SurvBETA: Ensemble-Based Survival Models Using Beran Estimators and Several Attention Mechanisms
Lev V. Utkin, Semen P. Khomets, Vlada A. Efremenko, Andrei V. Konstantinov
TL;DR
SurvBETA tackles survival analysis with censored data by introducing an ensemble that uses the Beran estimator as a weak learner and aggregates conditional survival functions $S(t|\mathbf{x})$ through a three-level attention framework. The approach includes intra-Beran attention, prototype selection via Nadaraya–Watson, and a global aggregation mechanism, with a simplified special case based on the imprecise Hubers ε-contamination model to ease optimization. It demonstrates competitive performance against RSF, GBM-Cox, and GBM-AFT on synthetic and real datasets, and provides public code for reproducibility. The work offers a flexible, end-to-end trainable architecture that can accommodate different weak learners and kernel choices, supporting multimodal survival modeling and potential neural-kernel extensions.
Abstract
Many ensemble-based models have been proposed to solve machine learning problems in the survival analysis framework, including random survival forests, the gradient boosting machine with weak survival models, ensembles of the Cox models.

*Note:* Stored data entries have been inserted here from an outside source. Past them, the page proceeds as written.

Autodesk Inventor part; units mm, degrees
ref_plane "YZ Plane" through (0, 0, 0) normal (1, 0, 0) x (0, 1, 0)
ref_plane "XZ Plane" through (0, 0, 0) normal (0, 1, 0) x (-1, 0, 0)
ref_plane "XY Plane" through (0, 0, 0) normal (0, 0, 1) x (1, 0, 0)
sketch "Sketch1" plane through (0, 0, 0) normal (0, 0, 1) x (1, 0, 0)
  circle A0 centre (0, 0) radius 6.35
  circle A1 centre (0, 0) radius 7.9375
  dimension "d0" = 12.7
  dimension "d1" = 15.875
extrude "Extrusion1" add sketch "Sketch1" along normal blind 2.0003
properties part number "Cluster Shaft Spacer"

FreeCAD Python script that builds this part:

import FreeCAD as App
import Part
import Sketcher

V = App.Vector
Q = App.Units.Quantity

doc = App.newDocument("Part")
body = doc.addObject("PartDesign::Body", "Body")

# Sketch on XY plane
sketch1 = body.newObject("Sketcher::SketchObject", "Sketch")
sketch1.AttachmentSupport = (doc.getObject("XY_Plane"), [""])
sketch1.MapMode = "FlatFace"
sketch1.addGeometry(Part.Circle(V(0, 0, 0), V(0, 0, 1), 8), False)
sketch1.addGeometry(Part.Circle(V(0, 0, 0), V(0, 0, 1), 6), False)
sketch1.addConstraint(Sketcher.Constraint("Coincident", 0, 3, -1, 1))
sketch1.addConstraint(Sketcher.Constraint("Coincident", 1, 3, -1, 1))
sketch1.addConstraint(Sketcher.Constraint("Diameter", 1, Q("0.5 in")))
sketch1.addConstraint(Sketcher.Constraint("Diameter", 0, Q("0.625 in")))
pad1 = body.newObject("PartDesign::Pad", "Pad")
pad1.Profile = sketch1
pad1.Length = 2.0003

doc.recompute()
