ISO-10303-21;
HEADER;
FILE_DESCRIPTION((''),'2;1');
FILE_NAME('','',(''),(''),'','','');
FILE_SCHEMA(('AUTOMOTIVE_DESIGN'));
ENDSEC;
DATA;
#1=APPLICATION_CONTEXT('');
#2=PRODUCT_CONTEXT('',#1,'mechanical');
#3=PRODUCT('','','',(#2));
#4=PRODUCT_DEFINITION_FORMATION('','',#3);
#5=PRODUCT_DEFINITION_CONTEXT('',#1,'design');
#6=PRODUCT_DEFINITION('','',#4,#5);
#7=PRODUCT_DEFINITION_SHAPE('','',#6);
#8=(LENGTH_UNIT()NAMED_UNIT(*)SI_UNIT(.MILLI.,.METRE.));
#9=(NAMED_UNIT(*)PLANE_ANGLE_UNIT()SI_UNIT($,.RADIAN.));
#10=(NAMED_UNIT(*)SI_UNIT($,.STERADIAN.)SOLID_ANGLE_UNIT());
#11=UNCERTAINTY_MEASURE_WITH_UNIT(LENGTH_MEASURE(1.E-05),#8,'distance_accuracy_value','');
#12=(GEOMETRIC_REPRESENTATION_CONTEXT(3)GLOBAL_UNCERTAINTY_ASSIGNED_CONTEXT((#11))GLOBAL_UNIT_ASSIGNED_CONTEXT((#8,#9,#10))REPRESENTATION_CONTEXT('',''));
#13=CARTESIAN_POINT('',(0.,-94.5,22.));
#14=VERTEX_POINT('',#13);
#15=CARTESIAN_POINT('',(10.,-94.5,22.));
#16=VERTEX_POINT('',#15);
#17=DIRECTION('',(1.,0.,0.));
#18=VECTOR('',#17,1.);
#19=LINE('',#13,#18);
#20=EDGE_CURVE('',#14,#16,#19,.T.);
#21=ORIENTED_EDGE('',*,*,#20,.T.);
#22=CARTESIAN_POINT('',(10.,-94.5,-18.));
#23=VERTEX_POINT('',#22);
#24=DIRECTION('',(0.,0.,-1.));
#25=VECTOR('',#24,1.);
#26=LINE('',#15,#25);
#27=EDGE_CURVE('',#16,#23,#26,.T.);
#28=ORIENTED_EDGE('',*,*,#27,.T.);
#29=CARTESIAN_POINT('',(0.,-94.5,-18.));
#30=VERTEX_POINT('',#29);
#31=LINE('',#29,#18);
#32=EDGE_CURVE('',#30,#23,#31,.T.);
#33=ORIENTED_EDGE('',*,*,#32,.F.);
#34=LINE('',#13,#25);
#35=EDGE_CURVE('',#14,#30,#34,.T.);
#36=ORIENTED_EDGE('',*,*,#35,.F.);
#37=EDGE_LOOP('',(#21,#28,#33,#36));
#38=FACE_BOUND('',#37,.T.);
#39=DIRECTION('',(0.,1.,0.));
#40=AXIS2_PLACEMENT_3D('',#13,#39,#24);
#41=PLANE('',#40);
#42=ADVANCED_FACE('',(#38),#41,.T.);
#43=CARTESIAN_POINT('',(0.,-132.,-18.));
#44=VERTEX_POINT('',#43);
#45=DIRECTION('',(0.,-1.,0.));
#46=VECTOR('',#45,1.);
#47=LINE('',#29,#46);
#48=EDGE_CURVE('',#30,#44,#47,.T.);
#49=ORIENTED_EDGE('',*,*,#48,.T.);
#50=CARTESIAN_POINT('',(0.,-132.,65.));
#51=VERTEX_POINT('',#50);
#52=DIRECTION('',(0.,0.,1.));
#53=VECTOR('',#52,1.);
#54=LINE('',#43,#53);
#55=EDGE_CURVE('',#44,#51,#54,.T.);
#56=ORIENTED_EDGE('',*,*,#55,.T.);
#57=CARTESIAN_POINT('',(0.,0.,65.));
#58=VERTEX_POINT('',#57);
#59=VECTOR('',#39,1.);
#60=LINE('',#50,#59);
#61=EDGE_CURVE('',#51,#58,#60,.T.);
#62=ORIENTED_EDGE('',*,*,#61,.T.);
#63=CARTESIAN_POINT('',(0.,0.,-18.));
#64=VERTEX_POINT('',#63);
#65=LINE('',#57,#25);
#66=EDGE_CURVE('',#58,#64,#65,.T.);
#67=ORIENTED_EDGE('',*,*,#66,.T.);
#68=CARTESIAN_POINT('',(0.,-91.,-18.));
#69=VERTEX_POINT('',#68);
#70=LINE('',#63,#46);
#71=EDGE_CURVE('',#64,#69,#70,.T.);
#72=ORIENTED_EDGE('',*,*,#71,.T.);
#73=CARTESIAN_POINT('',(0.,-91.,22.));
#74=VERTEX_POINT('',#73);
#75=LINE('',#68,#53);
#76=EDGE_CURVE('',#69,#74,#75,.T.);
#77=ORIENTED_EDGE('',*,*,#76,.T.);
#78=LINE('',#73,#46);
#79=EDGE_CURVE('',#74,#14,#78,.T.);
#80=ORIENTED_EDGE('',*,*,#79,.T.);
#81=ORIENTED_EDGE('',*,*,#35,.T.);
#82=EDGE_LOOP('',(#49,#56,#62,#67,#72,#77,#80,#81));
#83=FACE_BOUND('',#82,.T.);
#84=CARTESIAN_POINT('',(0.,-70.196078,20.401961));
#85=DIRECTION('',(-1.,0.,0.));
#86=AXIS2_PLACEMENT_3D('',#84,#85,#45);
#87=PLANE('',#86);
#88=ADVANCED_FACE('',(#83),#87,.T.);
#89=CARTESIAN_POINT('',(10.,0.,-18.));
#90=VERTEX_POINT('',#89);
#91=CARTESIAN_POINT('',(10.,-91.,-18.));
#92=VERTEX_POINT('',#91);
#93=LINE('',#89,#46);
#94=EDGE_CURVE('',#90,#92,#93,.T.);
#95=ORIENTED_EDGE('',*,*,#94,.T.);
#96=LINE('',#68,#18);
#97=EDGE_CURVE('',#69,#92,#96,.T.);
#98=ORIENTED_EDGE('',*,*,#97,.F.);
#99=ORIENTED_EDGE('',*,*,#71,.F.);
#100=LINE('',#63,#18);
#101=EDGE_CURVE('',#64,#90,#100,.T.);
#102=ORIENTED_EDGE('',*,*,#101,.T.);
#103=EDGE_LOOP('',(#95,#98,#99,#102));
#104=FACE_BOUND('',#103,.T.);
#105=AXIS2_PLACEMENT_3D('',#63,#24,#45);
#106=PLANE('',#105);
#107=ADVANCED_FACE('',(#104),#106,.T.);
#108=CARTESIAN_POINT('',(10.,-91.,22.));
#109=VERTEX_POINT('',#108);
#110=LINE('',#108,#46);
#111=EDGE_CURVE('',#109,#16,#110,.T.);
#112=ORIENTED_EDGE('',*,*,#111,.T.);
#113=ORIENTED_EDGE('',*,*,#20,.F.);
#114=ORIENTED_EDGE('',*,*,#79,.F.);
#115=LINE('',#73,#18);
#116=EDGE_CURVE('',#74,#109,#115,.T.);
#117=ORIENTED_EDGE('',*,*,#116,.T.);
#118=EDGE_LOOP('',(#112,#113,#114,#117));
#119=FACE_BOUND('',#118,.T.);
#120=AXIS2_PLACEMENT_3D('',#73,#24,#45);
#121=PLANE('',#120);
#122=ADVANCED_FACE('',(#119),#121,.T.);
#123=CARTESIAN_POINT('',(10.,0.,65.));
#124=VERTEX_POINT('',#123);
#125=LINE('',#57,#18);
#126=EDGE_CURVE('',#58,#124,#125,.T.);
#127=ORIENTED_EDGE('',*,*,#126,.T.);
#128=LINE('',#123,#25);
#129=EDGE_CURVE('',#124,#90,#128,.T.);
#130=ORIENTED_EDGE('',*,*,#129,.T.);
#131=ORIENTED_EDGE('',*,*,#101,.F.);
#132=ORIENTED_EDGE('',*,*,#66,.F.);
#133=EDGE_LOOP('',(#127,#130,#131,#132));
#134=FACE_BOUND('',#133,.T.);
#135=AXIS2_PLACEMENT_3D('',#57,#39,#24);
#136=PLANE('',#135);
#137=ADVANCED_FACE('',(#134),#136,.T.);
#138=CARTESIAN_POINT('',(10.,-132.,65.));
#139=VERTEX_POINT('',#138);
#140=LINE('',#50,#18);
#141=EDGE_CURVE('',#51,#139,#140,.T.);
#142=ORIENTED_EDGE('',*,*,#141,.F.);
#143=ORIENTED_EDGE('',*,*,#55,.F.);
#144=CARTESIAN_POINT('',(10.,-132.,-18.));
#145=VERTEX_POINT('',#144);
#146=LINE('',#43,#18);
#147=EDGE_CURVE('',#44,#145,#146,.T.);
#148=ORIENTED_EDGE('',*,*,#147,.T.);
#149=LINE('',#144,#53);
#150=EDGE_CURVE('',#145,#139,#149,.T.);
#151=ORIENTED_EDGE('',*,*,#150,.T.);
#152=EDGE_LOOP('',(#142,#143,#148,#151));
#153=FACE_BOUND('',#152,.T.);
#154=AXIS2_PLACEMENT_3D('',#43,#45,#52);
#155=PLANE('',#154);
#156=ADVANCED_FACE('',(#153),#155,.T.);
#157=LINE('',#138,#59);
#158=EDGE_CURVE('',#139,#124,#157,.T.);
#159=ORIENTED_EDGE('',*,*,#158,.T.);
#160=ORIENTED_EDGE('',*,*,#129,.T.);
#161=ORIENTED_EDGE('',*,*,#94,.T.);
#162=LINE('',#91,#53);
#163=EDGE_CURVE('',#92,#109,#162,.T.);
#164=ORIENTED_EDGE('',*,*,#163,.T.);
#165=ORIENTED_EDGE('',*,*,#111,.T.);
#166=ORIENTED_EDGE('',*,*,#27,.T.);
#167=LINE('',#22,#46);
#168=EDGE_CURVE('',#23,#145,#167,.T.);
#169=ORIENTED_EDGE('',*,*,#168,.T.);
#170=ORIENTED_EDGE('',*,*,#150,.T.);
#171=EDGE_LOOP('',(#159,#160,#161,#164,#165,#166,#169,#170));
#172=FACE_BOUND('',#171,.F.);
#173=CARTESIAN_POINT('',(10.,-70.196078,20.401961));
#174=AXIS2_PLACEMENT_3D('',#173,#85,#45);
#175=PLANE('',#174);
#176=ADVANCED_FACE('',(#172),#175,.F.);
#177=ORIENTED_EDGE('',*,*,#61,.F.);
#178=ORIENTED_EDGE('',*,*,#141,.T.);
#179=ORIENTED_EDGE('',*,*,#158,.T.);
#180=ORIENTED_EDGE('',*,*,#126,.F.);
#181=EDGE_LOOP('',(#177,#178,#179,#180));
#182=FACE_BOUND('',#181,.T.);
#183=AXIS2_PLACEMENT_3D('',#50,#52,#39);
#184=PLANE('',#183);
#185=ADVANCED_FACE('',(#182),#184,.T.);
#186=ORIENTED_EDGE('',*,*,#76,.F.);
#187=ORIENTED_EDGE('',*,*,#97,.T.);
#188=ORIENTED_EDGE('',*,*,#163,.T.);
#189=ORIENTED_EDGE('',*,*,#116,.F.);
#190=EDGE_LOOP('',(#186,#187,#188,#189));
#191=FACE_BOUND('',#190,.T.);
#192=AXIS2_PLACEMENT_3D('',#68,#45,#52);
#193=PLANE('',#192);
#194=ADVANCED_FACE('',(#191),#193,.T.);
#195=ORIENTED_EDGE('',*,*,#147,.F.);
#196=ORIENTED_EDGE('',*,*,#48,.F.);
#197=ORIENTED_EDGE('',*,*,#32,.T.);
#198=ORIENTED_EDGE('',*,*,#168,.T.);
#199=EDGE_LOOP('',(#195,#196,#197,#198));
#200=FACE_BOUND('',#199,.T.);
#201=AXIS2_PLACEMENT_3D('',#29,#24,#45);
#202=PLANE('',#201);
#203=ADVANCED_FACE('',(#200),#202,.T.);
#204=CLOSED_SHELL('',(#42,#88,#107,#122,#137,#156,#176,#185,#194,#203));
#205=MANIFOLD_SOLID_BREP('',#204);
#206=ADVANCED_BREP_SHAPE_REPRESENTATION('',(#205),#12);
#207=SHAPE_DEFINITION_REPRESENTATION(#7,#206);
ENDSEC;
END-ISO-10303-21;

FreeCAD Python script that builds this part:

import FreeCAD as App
import Part
import Sketcher
Q = App.Units.Quantity

doc = App.newDocument("Part")
body = doc.addObject("PartDesign::Body", "Body")

sketch1 = doc.addObject("Sketcher::SketchObject", "Sketch")
body.addObject(sketch1)
sketch1.AttachmentSupport = (doc.YZ_Plane, [""])
sketch1.MapMode = "FlatFace"
sketch1.addGeometry(Part.LineSegment(App.Vector(-132, 65, 0), App.Vector(-132, -18, 0)), False)
sketch1.addGeometry(Part.LineSegment(App.Vector(-132, -18, 0), App.Vector(-94.5, -18, 0)), False)
sketch1.addGeometry(Part.LineSegment(App.Vector(-94.5, -18, 0), App.Vector(-94.5, 22, 0)), False)
sketch1.addGeometry(Part.LineSegment(App.Vector(-94.5, 22, 0), App.Vector(-91, 22, 0)), False)
sketch1.addGeometry(Part.LineSegment(App.Vector(-91, 22, 0), App.Vector(-91, -18, 0)), False)
sketch1.addGeometry(Part.LineSegment(App.Vector(-91, -18, 0), App.Vector(0, -18, 0)), False)
sketch1.addGeometry(Part.LineSegment(App.Vector(0, -18, 0), App.Vector(0, 65, 0)), False)
sketch1.addGeometry(Part.LineSegment(App.Vector(0, 65, 0), App.Vector(-132, 65, 0)), False)
sketch1.addConstraint(Sketcher.Constraint("Coincident", 0, 2, 1, 1))
sketch1.addConstraint(Sketcher.Constraint("Coincident", 1, 2, 2, 1))
sketch1.addConstraint(Sketcher.Constraint("Coincident", 2, 2, 3, 1))
sketch1.addConstraint(Sketcher.Constraint("Coincident", 3, 2, 4, 1))
sketch1.addConstraint(Sketcher.Constraint("Coincident", 4, 2, 5, 1))
sketch1.addConstraint(Sketcher.Constraint("Coincident", 5, 2, 6, 1))
sketch1.addConstraint(Sketcher.Constraint("Coincident", 6, 2, 7, 1))
sketch1.addConstraint(Sketcher.Constraint("Coincident", 7, 2, 0, 1))
sketch1.addConstraint(Sketcher.Constraint("Vertical", 0))
sketch1.addConstraint(Sketcher.Constraint("Horizontal", 1))
sketch1.addConstraint(Sketcher.Constraint("Vertical", 2))
sketch1.addConstraint(Sketcher.Constraint("Horizontal", 3))
sketch1.addConstraint(Sketcher.Constraint("Vertical", 4))
sketch1.addConstraint(Sketcher.Constraint("Horizontal", 5))
sketch1.addConstraint(Sketcher.Constraint("Vertical", 6))
sketch1.addConstraint(Sketcher.Constraint("Horizontal", 7))
sketch1.addConstraint(Sketcher.Constraint("PointOnObject", 5, 2, -2))
sketch1.addConstraint(Sketcher.Constraint("Horizontal", 1, 2, 4, 2))
sketch1.addConstraint(Sketcher.Constraint("DistanceX", 5, 1, 5, 2, Q("91 mm")))
sketch1.addConstraint(Sketcher.Constraint("DistanceX", 7, 2, 7, 1, Q("132 mm")))
sketch1.addConstraint(Sketcher.Constraint("DistanceY", 0, 2, 0, 1, Q("83 mm")))
sketch1.addConstraint(Sketcher.Constraint("DistanceY", 2, 1, 2, 2, Q("40 mm")))
sketch1.addConstraint(Sketcher.Constraint("DistanceX", 1, 1, 1, 2, Q("37.5 mm")))
sketch1.addConstraint(Sketcher.Constraint("DistanceY", 0, 2, -1, 1, Q("18 mm")))
pad1 = doc.addObject("PartDesign::Pad", "Pad")
body.addObject(pad1)
pad1.Profile = sketch1
pad1.Length = 10

doc.recompute()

To extend the set of models, a new ensemble-based model called SurvBETA (the Survival Beran estimator Ensemble using Three Attention mechanisms) is proposed where the Beran estimator is used as a weak learner in the ensemble. The Beran estimator can be regarded as a kernel regression model taking into account the relationship between instances. Outputs of weak learners in the form of conditional survival functions are aggregated with attention weights taking into account the distance between the analyzed instance and prototypes of all bootstrap samples. The attention mechanism is used three times: for implementation of the Beran estimators, for determining specific prototypes of bootstrap samples and for aggregating the weak model predictions. The proposed model is presented in two forms: in a general form requiring to solve a complex optimization problem for its training; in a simplified form by considering a special representation of the attention weights by means of the imprecise Huber's contamination model which leads to solving a simple optimization problem. Numerical experiments illustrate properties of the model on synthetic data and compare the model with other survival models on real data. A code implementing the proposed model is publicly available.